Extracted material:
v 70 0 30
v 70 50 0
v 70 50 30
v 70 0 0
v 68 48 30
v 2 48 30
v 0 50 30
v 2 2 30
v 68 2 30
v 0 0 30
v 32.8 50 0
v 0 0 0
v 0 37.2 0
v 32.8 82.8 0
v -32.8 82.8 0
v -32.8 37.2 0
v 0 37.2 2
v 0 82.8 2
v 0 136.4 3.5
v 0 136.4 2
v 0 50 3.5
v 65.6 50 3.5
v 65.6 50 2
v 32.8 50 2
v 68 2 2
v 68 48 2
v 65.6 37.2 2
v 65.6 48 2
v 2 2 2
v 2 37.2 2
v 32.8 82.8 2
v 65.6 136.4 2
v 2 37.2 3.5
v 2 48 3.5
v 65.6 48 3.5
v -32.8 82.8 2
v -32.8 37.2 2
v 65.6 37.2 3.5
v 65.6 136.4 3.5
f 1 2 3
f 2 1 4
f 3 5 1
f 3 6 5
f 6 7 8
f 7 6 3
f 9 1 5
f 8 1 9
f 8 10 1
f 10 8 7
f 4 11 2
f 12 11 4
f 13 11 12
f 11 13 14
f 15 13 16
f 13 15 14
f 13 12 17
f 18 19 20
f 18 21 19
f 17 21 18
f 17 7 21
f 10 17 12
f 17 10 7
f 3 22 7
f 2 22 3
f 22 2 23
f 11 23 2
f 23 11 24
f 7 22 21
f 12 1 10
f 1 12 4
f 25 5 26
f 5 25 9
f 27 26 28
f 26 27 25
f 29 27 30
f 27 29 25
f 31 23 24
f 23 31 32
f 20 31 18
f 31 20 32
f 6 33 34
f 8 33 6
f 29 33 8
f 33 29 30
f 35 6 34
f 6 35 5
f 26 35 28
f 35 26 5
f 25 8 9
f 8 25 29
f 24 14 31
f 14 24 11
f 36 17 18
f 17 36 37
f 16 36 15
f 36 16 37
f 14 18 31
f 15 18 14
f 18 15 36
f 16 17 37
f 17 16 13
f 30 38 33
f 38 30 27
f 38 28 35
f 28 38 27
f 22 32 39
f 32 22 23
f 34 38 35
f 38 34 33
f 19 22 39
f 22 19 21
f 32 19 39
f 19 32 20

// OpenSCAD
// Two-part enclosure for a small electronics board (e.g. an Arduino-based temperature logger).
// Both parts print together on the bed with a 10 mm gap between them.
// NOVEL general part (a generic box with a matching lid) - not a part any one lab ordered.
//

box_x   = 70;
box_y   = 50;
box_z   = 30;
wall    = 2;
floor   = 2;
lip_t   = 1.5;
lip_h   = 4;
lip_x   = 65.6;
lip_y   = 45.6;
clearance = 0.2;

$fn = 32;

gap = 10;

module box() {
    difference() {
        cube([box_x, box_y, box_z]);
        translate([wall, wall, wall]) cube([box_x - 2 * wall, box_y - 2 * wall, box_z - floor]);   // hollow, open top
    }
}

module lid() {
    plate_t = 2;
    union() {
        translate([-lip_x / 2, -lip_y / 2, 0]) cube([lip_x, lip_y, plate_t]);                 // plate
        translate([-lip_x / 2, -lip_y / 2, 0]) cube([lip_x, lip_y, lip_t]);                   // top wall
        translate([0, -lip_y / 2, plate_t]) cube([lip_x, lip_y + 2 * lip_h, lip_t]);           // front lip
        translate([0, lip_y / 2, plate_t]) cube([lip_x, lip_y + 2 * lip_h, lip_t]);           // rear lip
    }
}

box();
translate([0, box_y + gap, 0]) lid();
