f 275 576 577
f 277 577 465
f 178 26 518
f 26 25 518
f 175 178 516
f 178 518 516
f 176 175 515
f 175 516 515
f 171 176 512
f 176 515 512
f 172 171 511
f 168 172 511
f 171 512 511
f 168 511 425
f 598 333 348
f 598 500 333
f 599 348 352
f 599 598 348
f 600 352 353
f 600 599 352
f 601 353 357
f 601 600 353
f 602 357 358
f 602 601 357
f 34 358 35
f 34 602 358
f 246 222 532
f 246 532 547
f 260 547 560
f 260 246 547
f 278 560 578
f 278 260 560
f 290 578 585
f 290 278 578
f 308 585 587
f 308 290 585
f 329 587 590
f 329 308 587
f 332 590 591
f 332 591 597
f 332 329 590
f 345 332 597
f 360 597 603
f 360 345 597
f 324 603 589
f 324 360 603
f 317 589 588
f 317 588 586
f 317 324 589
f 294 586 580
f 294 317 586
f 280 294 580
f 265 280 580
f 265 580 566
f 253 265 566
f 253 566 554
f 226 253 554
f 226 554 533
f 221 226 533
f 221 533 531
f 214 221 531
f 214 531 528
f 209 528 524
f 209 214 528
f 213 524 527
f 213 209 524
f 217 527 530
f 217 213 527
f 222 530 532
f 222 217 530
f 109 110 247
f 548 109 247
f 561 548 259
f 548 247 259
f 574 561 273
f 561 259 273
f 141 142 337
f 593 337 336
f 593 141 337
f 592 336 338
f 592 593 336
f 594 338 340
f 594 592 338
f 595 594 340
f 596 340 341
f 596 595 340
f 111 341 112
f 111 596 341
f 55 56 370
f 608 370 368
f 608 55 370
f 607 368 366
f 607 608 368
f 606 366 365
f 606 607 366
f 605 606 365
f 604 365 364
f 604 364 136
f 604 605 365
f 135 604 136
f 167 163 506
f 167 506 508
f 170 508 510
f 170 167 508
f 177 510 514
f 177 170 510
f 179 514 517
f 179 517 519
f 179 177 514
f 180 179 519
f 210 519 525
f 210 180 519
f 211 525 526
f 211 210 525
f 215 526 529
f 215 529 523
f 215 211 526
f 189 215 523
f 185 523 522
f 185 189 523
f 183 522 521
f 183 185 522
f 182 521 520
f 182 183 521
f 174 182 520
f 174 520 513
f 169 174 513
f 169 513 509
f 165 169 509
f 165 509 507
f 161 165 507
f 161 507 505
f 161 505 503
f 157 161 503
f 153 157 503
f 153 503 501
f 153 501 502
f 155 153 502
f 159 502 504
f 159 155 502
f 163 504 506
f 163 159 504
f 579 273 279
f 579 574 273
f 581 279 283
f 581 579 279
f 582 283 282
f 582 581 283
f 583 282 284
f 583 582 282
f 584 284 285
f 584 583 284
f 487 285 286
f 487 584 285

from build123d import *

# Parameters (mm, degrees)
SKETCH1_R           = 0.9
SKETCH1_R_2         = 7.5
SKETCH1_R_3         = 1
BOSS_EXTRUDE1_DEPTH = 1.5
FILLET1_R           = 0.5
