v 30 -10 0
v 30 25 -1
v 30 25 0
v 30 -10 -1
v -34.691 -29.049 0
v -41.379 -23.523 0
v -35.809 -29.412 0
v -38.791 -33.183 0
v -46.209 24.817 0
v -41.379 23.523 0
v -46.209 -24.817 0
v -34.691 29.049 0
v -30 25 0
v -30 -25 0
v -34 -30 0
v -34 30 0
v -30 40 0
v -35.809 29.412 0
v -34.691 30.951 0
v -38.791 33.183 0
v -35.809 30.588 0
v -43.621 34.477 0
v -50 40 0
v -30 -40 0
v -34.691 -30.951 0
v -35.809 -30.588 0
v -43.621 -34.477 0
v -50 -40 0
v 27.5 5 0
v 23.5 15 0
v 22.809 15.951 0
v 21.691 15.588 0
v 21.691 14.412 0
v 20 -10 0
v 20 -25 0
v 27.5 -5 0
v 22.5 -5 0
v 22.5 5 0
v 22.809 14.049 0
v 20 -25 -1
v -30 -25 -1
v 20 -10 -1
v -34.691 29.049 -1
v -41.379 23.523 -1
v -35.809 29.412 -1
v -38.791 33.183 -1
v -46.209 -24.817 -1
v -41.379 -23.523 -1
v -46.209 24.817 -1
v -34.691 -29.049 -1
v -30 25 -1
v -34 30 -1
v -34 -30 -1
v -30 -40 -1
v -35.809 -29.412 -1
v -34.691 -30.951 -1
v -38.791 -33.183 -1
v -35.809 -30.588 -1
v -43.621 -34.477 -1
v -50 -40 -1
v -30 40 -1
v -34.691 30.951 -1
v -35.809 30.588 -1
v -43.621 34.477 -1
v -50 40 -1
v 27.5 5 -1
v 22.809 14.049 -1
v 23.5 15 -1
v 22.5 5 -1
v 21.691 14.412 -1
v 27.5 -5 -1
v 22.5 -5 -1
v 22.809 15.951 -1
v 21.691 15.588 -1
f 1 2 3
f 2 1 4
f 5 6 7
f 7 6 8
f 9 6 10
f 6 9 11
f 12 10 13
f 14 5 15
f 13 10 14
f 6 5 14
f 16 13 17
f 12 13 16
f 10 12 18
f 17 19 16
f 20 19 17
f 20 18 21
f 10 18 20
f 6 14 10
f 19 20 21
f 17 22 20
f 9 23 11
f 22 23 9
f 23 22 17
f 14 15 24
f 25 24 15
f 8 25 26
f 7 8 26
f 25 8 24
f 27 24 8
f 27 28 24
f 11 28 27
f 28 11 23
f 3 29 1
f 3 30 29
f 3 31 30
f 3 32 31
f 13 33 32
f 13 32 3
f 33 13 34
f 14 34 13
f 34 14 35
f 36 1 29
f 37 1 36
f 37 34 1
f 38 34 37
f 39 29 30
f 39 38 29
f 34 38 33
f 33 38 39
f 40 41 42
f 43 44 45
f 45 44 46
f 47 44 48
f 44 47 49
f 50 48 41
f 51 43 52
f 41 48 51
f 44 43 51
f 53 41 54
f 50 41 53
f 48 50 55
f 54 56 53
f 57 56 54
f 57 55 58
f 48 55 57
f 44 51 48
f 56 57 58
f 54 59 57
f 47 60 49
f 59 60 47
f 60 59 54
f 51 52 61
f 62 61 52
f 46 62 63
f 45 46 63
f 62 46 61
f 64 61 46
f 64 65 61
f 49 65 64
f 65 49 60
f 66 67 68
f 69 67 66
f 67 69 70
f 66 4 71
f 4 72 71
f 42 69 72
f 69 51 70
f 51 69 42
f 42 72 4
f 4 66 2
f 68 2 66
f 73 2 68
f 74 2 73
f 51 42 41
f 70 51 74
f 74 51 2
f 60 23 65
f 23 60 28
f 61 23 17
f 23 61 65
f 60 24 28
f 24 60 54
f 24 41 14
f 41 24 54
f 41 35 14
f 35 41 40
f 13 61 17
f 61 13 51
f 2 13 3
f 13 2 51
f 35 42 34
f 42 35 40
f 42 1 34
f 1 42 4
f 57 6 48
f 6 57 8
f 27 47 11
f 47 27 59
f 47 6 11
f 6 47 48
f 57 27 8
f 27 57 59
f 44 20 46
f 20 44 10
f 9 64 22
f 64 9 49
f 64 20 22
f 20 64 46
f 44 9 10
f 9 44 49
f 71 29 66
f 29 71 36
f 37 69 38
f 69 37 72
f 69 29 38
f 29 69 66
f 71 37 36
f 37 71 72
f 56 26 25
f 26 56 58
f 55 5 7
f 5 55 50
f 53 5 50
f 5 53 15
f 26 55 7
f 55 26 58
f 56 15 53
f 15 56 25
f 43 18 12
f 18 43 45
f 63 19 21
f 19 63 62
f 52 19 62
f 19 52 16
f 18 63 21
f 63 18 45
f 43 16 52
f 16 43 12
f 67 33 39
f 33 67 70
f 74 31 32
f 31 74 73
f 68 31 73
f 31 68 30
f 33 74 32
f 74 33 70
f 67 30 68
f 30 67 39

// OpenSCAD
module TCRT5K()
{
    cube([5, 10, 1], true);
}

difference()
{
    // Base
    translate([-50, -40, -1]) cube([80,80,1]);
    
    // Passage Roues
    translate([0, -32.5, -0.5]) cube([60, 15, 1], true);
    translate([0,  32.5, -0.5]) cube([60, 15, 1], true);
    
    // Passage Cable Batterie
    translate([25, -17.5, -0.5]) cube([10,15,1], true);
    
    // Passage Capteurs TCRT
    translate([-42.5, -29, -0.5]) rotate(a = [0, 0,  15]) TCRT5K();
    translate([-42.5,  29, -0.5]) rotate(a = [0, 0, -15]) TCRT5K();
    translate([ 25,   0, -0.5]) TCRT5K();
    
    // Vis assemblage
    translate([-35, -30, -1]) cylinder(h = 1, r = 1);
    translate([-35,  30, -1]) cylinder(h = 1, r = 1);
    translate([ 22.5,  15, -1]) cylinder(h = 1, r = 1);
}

Problem statement:
Starting with the line above that holds "f 171 176 512" and stopping with the line that holds "f 170 508 510", reproduce each line exactly, omitting all other lines.

Answer for this exercise:
f 171 176 512
f 176 515 512
f 172 171 511
f 168 172 511
f 171 512 511
f 168 511 425
f 598 333 348
f 598 500 333
f 599 348 352
f 599 598 348
f 600 352 353
f 600 599 352
f 601 353 357
f 601 600 353
f 602 357 358
f 602 601 357
f 34 358 35
f 34 602 358
f 246 222 532
f 246 532 547
f 260 547 560
f 260 246 547
f 278 560 578
f 278 260 560
f 290 578 585
f 290 278 578
f 308 585 587
f 308 290 585
f 329 587 590
f 329 308 587
f 332 590 591
f 332 591 597
f 332 329 590
f 345 332 597
f 360 597 603
f 360 345 597
f 324 603 589
f 324 360 603
f 317 589 588
f 317 588 586
f 317 324 589
f 294 586 580
f 294 317 586
f 280 294 580
f 265 280 580
f 265 580 566
f 253 265 566
f 253 566 554
f 226 253 554
f 226 554 533
f 221 226 533
f 221 533 531
f 214 221 531
f 214 531 528
f 209 528 524
f 209 214 528
f 213 524 527
f 213 209 524
f 217 527 530
f 217 213 527
f 222 530 532
f 222 217 530
f 109 110 247
f 548 109 247
f 561 548 259
f 548 247 259
f 574 561 273
f 561 259 273
f 141 142 337
f 593 337 336
f 593 141 337
f 592 336 338
f 592 593 336
f 594 338 340
f 594 592 338
f 595 594 340
f 596 340 341
f 596 595 340
f 111 341 112
f 111 596 341
f 55 56 370
f 608 370 368
f 608 55 370
f 607 368 366
f 607 608 368
f 606 366 365
f 606 607 366
f 605 606 365
f 604 365 364
f 604 364 136
f 604 605 365
f 135 604 136
f 167 163 506
f 167 506 508
f 170 508 510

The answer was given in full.